### Extracted information

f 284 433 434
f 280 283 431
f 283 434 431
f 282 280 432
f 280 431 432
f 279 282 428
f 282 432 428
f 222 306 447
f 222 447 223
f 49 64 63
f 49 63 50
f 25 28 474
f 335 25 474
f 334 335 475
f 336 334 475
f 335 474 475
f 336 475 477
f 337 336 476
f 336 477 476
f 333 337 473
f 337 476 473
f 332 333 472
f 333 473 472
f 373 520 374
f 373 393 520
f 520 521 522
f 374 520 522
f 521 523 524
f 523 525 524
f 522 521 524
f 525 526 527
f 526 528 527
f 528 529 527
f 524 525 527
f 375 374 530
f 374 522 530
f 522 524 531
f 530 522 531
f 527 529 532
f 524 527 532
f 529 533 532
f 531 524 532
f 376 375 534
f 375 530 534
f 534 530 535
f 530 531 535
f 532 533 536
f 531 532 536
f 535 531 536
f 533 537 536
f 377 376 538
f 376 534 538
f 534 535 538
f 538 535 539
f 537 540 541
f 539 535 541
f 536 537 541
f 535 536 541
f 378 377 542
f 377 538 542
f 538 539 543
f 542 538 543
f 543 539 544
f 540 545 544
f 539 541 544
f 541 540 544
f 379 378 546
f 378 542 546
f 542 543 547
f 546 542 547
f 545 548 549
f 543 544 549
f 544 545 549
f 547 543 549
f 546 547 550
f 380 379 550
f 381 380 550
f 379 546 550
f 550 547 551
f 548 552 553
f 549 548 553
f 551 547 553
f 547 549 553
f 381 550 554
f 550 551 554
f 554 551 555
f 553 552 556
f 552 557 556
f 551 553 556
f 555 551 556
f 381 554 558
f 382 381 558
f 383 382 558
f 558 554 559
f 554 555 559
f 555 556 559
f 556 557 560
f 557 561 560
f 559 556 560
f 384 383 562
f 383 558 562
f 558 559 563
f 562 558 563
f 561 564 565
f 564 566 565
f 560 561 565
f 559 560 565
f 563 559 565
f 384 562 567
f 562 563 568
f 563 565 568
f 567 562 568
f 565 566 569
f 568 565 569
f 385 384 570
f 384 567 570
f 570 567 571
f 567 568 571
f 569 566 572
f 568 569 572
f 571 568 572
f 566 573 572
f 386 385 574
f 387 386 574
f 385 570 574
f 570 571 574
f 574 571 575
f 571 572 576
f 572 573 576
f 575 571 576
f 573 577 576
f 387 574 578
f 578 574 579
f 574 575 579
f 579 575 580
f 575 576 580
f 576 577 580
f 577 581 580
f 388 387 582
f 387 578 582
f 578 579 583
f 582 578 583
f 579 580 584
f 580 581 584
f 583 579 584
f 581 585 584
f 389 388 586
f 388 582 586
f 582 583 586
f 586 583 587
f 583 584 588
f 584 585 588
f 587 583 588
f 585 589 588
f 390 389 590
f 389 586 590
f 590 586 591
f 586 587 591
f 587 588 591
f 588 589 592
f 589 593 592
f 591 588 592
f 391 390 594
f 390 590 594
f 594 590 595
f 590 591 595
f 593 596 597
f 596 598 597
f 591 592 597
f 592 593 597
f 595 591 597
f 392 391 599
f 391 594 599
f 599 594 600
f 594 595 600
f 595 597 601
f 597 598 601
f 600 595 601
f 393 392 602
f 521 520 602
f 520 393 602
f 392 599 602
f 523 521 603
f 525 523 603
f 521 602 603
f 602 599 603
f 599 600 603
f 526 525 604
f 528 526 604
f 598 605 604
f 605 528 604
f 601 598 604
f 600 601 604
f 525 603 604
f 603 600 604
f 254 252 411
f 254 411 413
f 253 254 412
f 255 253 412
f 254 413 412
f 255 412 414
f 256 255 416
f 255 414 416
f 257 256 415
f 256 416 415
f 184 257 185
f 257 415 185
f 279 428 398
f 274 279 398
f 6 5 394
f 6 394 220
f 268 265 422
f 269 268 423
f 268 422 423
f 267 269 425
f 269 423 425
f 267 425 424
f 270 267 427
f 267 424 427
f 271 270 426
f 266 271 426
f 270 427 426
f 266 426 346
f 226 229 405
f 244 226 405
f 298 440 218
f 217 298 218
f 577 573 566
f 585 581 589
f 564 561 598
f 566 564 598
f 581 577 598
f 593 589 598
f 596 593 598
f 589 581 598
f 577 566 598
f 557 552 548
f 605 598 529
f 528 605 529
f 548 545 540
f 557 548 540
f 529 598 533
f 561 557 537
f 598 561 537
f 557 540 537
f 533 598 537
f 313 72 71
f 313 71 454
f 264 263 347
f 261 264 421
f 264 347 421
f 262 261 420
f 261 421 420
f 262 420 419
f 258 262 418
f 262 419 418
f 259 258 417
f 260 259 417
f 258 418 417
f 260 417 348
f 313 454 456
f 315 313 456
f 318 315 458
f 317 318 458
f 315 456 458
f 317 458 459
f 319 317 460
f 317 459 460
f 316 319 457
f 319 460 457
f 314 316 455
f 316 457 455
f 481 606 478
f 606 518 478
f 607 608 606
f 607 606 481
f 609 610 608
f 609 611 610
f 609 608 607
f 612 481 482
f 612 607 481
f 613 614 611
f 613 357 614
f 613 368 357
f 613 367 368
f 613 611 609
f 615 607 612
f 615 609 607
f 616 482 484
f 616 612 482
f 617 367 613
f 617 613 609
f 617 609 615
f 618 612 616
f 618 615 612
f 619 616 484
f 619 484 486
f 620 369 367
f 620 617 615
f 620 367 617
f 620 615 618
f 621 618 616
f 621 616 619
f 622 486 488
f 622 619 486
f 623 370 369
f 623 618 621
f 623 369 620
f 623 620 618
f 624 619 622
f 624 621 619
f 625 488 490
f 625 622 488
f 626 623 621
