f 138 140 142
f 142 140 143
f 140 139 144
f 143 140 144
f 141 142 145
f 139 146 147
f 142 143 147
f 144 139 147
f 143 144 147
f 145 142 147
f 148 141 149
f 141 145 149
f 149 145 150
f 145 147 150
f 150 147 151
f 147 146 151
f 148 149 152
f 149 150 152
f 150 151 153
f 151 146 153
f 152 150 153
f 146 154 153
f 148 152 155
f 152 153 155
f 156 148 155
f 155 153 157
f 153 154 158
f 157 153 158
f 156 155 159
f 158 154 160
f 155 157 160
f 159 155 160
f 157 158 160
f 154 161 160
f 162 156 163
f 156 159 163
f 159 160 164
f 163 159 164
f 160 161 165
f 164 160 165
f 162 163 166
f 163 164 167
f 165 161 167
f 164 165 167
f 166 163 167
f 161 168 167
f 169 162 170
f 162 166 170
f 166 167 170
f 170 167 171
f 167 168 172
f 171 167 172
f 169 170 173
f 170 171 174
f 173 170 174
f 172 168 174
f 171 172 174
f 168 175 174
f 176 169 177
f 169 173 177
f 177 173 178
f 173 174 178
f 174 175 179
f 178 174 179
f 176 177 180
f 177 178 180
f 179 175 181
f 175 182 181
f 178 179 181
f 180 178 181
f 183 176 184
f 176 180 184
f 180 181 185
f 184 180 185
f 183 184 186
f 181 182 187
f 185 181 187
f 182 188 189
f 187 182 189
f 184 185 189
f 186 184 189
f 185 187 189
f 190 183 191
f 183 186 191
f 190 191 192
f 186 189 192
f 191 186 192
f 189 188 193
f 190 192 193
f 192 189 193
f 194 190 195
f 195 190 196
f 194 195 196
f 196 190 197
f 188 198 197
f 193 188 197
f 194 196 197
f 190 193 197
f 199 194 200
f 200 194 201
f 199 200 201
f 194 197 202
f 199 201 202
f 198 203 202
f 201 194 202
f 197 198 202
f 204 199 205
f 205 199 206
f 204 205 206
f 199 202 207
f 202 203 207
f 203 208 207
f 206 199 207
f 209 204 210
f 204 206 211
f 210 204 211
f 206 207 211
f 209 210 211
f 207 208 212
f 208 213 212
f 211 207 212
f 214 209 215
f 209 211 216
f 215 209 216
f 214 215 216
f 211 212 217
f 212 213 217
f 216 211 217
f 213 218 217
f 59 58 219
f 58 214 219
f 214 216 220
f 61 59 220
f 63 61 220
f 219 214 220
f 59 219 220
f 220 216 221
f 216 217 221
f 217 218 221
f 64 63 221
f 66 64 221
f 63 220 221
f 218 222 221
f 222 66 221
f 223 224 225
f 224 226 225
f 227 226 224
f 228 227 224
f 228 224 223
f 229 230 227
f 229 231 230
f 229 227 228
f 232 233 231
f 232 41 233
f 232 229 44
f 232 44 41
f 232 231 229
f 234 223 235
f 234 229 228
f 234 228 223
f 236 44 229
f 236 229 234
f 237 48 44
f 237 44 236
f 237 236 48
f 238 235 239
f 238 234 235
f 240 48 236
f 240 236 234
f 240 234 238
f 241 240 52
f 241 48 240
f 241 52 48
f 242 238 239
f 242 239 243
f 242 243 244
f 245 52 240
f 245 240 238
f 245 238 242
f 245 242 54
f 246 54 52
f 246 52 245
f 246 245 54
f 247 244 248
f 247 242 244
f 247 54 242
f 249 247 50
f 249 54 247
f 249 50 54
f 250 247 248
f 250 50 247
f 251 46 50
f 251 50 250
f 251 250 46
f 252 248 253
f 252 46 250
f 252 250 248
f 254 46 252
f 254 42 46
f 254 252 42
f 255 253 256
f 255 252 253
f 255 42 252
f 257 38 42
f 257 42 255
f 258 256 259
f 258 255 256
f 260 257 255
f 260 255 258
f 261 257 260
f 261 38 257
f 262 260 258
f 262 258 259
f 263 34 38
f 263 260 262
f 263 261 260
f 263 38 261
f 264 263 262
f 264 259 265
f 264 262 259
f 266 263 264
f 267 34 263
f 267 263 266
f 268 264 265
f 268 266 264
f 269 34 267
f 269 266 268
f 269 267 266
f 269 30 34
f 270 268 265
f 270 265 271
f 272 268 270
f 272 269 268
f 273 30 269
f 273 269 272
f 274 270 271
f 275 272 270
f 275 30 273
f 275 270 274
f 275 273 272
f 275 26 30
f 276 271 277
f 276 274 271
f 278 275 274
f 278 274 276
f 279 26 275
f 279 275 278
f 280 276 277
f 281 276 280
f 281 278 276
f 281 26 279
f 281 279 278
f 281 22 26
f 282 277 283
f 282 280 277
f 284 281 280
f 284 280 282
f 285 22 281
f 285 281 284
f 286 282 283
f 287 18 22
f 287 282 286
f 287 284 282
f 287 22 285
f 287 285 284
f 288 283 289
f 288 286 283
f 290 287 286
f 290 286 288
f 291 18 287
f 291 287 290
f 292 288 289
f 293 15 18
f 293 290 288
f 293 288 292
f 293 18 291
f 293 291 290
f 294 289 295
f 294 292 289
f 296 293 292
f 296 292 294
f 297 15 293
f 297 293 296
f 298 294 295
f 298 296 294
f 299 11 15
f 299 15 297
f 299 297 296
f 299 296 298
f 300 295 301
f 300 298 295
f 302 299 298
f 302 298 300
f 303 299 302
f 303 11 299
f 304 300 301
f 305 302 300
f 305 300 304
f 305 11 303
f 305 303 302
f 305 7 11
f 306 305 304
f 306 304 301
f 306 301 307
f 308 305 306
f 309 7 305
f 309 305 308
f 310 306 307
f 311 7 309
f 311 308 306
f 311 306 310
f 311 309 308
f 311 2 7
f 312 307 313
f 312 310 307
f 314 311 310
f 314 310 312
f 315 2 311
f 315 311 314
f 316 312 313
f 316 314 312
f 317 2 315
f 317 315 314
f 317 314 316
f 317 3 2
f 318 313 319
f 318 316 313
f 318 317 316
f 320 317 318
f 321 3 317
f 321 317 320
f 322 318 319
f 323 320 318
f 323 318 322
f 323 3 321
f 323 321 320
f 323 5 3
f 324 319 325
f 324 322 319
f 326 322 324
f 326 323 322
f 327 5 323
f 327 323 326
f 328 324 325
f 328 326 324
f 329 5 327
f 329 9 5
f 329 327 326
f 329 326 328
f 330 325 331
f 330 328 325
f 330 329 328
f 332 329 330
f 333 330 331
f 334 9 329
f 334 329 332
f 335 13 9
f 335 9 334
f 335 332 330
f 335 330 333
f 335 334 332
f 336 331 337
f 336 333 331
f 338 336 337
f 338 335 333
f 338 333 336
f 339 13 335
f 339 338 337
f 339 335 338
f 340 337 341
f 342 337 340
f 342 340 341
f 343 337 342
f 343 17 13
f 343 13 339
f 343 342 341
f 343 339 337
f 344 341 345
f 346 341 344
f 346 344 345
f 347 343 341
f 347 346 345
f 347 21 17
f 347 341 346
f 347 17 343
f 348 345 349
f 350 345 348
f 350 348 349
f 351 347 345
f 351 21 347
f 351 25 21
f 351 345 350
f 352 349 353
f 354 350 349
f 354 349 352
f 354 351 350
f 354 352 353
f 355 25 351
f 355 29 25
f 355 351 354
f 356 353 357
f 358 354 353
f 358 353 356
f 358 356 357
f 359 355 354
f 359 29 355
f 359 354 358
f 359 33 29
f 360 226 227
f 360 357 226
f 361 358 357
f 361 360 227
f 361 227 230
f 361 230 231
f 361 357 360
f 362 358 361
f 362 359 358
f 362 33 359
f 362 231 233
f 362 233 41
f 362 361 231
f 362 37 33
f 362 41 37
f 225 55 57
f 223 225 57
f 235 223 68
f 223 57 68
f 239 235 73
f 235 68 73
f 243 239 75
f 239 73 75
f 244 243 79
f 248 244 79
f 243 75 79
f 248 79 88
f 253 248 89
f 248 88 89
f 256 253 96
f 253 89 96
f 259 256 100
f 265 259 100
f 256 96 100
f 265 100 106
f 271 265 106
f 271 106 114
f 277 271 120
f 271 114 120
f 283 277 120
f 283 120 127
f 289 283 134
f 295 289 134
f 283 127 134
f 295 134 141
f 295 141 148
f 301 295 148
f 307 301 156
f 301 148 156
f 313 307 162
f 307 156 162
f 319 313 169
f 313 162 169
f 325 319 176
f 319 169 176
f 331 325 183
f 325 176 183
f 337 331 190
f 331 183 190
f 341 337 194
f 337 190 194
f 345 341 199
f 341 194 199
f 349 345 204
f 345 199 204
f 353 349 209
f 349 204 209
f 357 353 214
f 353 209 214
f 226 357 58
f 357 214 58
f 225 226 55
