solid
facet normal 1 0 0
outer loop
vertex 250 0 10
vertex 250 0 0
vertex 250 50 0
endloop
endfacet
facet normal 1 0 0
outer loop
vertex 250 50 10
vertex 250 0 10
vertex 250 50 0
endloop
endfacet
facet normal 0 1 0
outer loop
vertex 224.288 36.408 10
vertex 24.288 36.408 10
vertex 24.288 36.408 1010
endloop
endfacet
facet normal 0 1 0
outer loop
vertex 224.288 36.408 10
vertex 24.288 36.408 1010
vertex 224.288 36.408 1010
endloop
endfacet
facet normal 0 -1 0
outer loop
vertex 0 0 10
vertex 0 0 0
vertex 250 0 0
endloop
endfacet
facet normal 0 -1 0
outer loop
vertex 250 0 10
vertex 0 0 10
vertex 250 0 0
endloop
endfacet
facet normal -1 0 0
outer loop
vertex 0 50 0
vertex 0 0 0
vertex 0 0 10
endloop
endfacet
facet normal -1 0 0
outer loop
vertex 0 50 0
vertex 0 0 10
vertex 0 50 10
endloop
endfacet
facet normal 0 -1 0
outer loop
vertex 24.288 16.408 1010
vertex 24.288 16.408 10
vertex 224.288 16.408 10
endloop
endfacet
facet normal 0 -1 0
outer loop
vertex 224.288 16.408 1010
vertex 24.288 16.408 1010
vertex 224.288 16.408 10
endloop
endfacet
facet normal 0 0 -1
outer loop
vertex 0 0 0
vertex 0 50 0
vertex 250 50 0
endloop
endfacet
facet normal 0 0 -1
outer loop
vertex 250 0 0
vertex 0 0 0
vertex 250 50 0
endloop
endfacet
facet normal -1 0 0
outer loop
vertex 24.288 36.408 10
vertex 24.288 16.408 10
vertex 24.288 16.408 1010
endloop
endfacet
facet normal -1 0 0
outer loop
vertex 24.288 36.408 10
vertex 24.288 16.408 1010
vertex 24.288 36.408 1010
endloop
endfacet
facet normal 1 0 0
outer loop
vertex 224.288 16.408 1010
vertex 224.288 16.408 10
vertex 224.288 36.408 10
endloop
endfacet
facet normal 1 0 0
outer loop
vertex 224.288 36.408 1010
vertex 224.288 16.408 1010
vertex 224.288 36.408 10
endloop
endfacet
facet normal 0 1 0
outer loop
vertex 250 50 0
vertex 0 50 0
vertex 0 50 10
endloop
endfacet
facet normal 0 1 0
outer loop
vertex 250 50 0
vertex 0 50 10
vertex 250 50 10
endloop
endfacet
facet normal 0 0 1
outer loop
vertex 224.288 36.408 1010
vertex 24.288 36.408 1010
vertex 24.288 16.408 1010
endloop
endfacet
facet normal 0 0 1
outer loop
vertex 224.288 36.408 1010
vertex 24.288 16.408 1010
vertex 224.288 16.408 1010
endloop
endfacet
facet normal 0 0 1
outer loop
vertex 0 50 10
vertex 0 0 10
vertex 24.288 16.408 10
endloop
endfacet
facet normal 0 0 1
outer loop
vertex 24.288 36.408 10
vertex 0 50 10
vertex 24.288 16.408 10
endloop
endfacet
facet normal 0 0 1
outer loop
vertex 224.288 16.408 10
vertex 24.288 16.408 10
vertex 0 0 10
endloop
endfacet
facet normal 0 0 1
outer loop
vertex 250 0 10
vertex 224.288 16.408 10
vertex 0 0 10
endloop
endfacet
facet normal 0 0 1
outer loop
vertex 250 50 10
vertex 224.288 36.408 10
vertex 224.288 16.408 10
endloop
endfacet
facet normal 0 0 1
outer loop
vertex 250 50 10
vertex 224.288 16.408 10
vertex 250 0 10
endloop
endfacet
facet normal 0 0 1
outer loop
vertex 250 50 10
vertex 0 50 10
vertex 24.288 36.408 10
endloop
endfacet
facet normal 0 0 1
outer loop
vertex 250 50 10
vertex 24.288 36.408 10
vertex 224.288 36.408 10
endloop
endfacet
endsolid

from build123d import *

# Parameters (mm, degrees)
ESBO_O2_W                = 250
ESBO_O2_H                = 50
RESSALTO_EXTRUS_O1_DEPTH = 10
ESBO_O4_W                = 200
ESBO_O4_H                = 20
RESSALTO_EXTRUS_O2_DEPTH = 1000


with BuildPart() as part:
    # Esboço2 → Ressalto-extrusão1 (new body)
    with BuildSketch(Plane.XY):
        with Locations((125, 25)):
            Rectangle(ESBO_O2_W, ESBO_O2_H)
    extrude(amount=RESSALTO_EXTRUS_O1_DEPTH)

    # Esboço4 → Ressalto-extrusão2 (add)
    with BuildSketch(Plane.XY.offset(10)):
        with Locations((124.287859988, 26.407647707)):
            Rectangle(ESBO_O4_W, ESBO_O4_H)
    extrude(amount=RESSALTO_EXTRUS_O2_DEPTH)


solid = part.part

### What the task requires
Give back the records word for word. Start at the first line, end at the line containing "f 547 543 549", and include both.

### Solved exercise
f 284 433 434
f 280 283 431
f 283 434 431
f 282 280 432
f 280 431 432
f 279 282 428
f 282 432 428
f 222 306 447
f 222 447 223
f 49 64 63
f 49 63 50
f 25 28 474
f 335 25 474
f 334 335 475
f 336 334 475
f 335 474 475
f 336 475 477
f 337 336 476
f 336 477 476
f 333 337 473
f 337 476 473
f 332 333 472
f 333 473 472
f 373 520 374
f 373 393 520
f 520 521 522
f 374 520 522
f 521 523 524
f 523 525 524
f 522 521 524
f 525 526 527
f 526 528 527
f 528 529 527
f 524 525 527
f 375 374 530
f 374 522 530
f 522 524 531
f 530 522 531
f 527 529 532
f 524 527 532
f 529 533 532
f 531 524 532
f 376 375 534
f 375 530 534
f 534 530 535
f 530 531 535
f 532 533 536
f 531 532 536
f 535 531 536
f 533 537 536
f 377 376 538
f 376 534 538
f 534 535 538
f 538 535 539
f 537 540 541
f 539 535 541
f 536 537 541
f 535 536 541
f 378 377 542
f 377 538 542
f 538 539 543
f 542 538 543
f 543 539 544
f 540 545 544
f 539 541 544
f 541 540 544
f 379 378 546
f 378 542 546
f 542 543 547
f 546 542 547
f 545 548 549
f 543 544 549
f 544 545 549
f 547 543 549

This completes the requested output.